Big Lots enters this problem from a weak financial position

The stakes are especially high because Big Lots has been operating under severe financial strain. In its fiscal 2024 filing, the company said it operated 1,392 stores and an e-commerce platform as of February 3, 2024, showing the scale of the business that had to be kept accurate. In its May 4, 2024 Form 10-Q, the company said its net losses and cash use in 2022, 2023, and the first quarter of 2024 raised substantial doubt about its ability to continue as a going concern.

That language matters to workers because it shows shrink is not a side issue when a retailer is fighting to preserve cash. Big Lots reported fiscal 2023 net sales of about $4.7 billion, down 13.6% from fiscal 2022, and a net loss of nearly $482 million. In a business already dealing with declining sales and heavy losses, every missed count, every damaged pallet that is not tracked correctly, and every fraudulent return can hit much harder than it would at a healthier chain.

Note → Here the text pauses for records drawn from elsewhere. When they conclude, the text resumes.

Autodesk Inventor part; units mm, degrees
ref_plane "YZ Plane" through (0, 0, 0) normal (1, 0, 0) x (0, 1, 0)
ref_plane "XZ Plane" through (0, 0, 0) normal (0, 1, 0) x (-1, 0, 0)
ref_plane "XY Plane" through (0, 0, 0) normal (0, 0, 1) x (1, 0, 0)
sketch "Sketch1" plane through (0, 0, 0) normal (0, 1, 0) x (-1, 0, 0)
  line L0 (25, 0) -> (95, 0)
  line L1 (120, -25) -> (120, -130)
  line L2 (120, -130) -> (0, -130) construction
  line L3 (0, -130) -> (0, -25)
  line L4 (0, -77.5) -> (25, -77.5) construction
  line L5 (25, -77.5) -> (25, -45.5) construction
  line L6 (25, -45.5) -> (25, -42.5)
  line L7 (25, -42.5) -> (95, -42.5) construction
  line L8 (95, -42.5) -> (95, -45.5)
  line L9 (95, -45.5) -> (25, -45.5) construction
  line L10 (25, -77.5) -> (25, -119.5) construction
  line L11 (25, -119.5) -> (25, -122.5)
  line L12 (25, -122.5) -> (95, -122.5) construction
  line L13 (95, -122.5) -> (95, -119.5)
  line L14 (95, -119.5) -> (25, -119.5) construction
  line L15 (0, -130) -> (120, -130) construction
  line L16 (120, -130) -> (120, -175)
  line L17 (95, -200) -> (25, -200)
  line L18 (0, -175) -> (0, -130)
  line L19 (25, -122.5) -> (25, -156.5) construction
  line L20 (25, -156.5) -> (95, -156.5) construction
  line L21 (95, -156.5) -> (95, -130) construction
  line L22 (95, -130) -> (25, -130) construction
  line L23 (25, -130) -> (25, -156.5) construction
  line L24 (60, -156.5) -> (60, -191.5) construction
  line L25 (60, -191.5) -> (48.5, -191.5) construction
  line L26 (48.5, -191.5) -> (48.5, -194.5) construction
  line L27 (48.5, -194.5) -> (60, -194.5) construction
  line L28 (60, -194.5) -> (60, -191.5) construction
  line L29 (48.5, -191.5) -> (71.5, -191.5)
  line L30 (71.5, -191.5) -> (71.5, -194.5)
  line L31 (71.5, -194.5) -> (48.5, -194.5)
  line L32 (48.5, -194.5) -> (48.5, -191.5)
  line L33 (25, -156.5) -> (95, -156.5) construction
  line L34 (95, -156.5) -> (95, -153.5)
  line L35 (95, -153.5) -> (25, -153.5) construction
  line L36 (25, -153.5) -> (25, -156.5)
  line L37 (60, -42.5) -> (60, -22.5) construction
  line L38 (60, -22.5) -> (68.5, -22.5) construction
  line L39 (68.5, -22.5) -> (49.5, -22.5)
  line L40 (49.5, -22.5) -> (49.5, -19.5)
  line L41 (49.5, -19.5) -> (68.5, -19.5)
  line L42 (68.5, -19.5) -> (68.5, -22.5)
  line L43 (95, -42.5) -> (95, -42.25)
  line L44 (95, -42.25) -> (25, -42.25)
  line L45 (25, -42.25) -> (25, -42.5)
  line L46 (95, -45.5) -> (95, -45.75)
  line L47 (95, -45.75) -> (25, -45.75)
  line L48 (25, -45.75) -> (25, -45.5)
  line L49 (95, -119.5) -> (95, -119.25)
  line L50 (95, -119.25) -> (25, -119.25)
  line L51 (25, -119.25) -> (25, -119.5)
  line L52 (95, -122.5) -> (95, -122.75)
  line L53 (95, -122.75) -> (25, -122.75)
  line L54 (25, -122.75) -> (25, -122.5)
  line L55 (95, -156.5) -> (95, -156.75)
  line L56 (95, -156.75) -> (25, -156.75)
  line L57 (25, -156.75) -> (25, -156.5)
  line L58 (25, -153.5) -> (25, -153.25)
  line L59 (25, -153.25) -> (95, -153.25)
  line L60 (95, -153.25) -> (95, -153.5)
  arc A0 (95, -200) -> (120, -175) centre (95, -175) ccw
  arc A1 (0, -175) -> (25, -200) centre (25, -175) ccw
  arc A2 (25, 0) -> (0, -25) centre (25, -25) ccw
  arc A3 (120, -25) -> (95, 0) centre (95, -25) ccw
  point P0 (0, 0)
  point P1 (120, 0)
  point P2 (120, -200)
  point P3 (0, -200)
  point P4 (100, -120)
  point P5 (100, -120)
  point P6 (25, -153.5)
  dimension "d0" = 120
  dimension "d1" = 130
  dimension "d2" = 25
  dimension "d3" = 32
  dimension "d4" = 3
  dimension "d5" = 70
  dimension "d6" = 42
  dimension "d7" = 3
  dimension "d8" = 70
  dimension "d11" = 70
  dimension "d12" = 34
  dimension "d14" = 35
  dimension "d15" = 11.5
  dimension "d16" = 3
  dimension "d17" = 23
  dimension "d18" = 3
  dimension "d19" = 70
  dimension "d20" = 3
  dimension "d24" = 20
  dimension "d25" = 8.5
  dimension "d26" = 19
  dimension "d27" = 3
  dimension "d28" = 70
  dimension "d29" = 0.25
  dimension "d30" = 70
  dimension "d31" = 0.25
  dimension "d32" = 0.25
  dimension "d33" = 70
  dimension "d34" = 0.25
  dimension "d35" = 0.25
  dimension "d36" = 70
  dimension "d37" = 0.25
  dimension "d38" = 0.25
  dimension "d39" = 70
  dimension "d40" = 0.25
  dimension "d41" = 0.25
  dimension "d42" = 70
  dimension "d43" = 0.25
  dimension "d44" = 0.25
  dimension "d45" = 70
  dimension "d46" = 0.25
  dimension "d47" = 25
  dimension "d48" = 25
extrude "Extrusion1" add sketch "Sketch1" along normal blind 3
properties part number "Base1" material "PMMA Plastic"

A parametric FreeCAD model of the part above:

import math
import FreeCAD as App
import Part
import Sketcher

V = App.Vector


def add_polygon(sketch, points):
    """Adds a closed chain of lines whose ends are joined by coincident constraints."""
    first, n = sketch.GeometryCount, len(points)
    for a, b in zip(points, points[1:] + points[:1]):
        sketch.addGeometry(Part.LineSegment(App.Vector(*a, 0), App.Vector(*b, 0)), False)
    for i in range(n):
        sketch.addConstraint(Sketcher.Constraint("Coincident", first + i, 2, first + (i + 1) % n, 1))

doc = App.newDocument("Part")
body = doc.addObject("PartDesign::Body", "Body")

sketch1 = body.newObject("Sketcher::SketchObject", "Sketch")
sketch1.AttachmentSupport = (doc.getObject("XZ_Plane"), [""])
sketch1.MapMode = "FlatFace"
sketch1.addGeometry(Part.LineSegment(V(-95, 0, 0), V(-25, 0, 0)), False)
sketch1.addGeometry(Part.ArcOfCircle(Part.Circle(V(-25, -25, 0), V(0, 0, 1), 25), math.radians(0), math.radians(90)), False)
sketch1.addGeometry(Part.LineSegment(V(0, -25, 0), V(0, -175, 0)), False)
sketch1.addGeometry(Part.ArcOfCircle(Part.Circle(V(-25, -175, 0), V(0, 0, 1), 25), math.radians(-90), math.radians(0)), False)
sketch1.addGeometry(Part.LineSegment(V(-25, -200, 0), V(-95, -200, 0)), False)
sketch1.addGeometry(Part.ArcOfCircle(Part.Circle(V(-95, -175, 0), V(0, 0, 1), 25), math.radians(180), math.radians(270)), False)
sketch1.addGeometry(Part.LineSegment(V(-120, -175, 0), V(-120, -25, 0)), False)
sketch1.addGeometry(Part.ArcOfCircle(Part.Circle(V(-95, -25, 0), V(0, 0, 1), 25), math.radians(90), math.radians(180)), False)
add_polygon(sketch1, [(-48.5, -194.5), (-48.5, -191.5), (-71.5, -191.5), (-71.5, -194.5)])
add_polygon(sketch1, [(-95, -153.2), (-95, -156.8), (-25, -156.8), (-25, -153.2)])
add_polygon(sketch1, [(-25, -122.8), (-25, -119.2), (-95, -119.2), (-95, -122.8)])
add_polygon(sketch1, [(-68.5, -19.5), (-68.5, -22.5), (-49.5, -22.5), (-49.5, -19.5)])
add_polygon(sketch1, [(-25, -45.8), (-25, -42.2), (-95, -42.2), (-95, -45.8)])
sketch1.addConstraint([
    Sketcher.Constraint("Tangent", 0, 2, 1, 2),
    Sketcher.Constraint("Tangent", 1, 1, 2, 1),
    Sketcher.Constraint("Tangent", 2, 2, 3, 2),
    Sketcher.Constraint("Tangent", 3, 1, 4, 1),
    Sketcher.Constraint("Tangent", 4, 2, 5, 2),
    Sketcher.Constraint("Tangent", 5, 1, 6, 1),
    Sketcher.Constraint("Tangent", 6, 2, 7, 2),
    Sketcher.Constraint("Tangent", 7, 1, 0, 1),
    Sketcher.Constraint("Horizontal", 0),
    Sketcher.Constraint("Vertical", 2),
    Sketcher.Constraint("Horizontal", 4),
    Sketcher.Constraint("Vertical", 6),
    Sketcher.Constraint("Vertical", 8),
    Sketcher.Constraint("Horizontal", 9),
    Sketcher.Constraint("Vertical", 10),
    Sketcher.Constraint("Horizontal", 11),
    Sketcher.Constraint("Vertical", 12),
    Sketcher.Constraint("Horizontal", 13),
    Sketcher.Constraint("Vertical", 14),
    Sketcher.Constraint("Horizontal", 15),
    Sketcher.Constraint("Vertical", 16),
    Sketcher.Constraint("Horizontal", 17),
    Sketcher.Constraint("Vertical", 18),
    Sketcher.Constraint("Horizontal", 19),
    Sketcher.Constraint("Vertical", 20),
    Sketcher.Constraint("Horizontal", 21),
    Sketcher.Constraint("Vertical", 22),
    Sketcher.Constraint("Horizontal", 23),
    Sketcher.Constraint("Vertical", 24),
    Sketcher.Constraint("Horizontal", 25),
    Sketcher.Constraint("Vertical", 26),
    Sketcher.Constraint("Horizontal", 27),
    Sketcher.Constraint("Equal", 1, 3),
    Sketcher.Constraint("Equal", 3, 5),
    Sketcher.Constraint("Equal", 5, 7),
    Sketcher.Constraint("PointOnObject", 0, 2, -1),
    Sketcher.Constraint("PointOnObject", 1, 1, -2),
    Sketcher.Constraint("Vertical", 7, 1, 12, 2),
    Sketcher.Constraint("Vertical", 3, 1, 13, 2),
    Sketcher.Constraint("Vertical", 14, 2, 16, 2),
    Sketcher.Constraint("Vertical", 15, 2, 17, 2),
    Sketcher.Constraint("Vertical", 19, 2, 24, 2),
    Sketcher.Constraint("Vertical", 18, 2, 25, 2),
    Sketcher.Constraint("Equal", 14, 16),
    Sketcher.Constraint("Equal", 10, 20),
    Sketcher.Constraint("Equal", 18, 24),
    Sketcher.Constraint("Radius", 1, 25.0),
    Sketcher.Constraint("DistanceX", 0, 1, 0, 2, 70.0),
    Sketcher.Constraint("DistanceX", 9, 2, 9, 1, 23.0),
    Sketcher.Constraint("DistanceX", 21, 1, 21, 2, 19.0),
    Sketcher.Constraint("DistanceY", 8, 1, 8, 2, 3.0),
    Sketcher.Constraint("DistanceY", 14, 2, 16, 2, 34.0),
    Sketcher.Constraint("DistanceY", 3, 1, 8, 2, 8.5),
    Sketcher.Constraint("DistanceY", 2, 2, 2, 1, 150.0),
    Sketcher.Constraint("DistanceY", 12, 2, 12, 1, 3.5),
    Sketcher.Constraint("DistanceX", 8, 2, -1, 1, 48.5),
    Sketcher.Constraint("DistanceX", 20, 2, -1, 1, 68.5),
    Sketcher.Constraint("DistanceY", 20, 2, -1, 1, 22.5),
    Sketcher.Constraint("DistanceY", 12, 2, -1, 1, 156.75),
    Sketcher.Constraint("DistanceY", 24, 2, -1, 1, 42.25),
])
pad1 = body.newObject("PartDesign::Pad", "Pad")
pad1.Profile = sketch1
pad1.Length = 3
pad1.Reversed = True

doc.recompute()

Closures, Chapter 11, and the operational squeeze

The company’s restructuring history adds another layer of urgency. Big Lots first planned to close 35 to 40 stores in 2024, then expanded that plan to as many as 315 stores, and later listed 344 closures across 41 states in September 2024. The company filed voluntary Chapter 11 petitions on September 9, 2024, with Kroll Restructuring Administration handling case background tied to the proceedings in Delaware.

For store teams, that kind of contraction changes the day-to-day meaning of shrink. Fewer stores, tighter payroll, and more uncertainty can weaken execution just when accuracy matters most. Inventory must move through the system cleanly, because every mistake in a shrinking footprint carries more weight, and every store that is still open has to protect what it can sell.

Why the theft conversation keeps coming back, but still misses part of the story

NRF’s 2024 theft and violence work helps explain why the industry keeps talking about shrink, but it also shows why the conversation cannot stop at theft alone. The survey, conducted online among senior loss prevention and security executives between June 10 and July 12, was later summarized as showing a 93% increase in shoplifting incidents since 2019 and a 90% rise in dollar losses. Those numbers capture the pressure retail security leaders feel, but they do not erase the operational causes that sit beside crime.

That is where Big Lots workers have the most practical leverage. Cameras can document behavior, but they do not fix a receiving error, a bad count, or a damaged item that was never written off correctly. A store that wants to reduce shrink has to ask a harder question than “Was this stolen?” It has to ask where the process failed, who owns the fix, and how quickly the next mistake can be prevented.

Shrink works best as a shared business problem

The best loss prevention strategy is cross-functional. Store teams, supply-chain teams, and leadership all have a role, because shrink can be created in the dock, on the sales floor, at the register, or in the returns process. NRF’s newer framing is useful here because it treats digital and physical threats as connected, which is how Big Lots employees should think about the problem too.

For workers, the day-to-day takeaway is straightforward: shrink is not just a security department problem, and it is not solved only by confrontation. It is a business problem that shows up in accuracy, process discipline, and customer-service execution. At a company that has been fighting losses, store closures, and going-concern pressure all at once, the most valuable defense is a store that knows exactly what it has, what it lost, and why.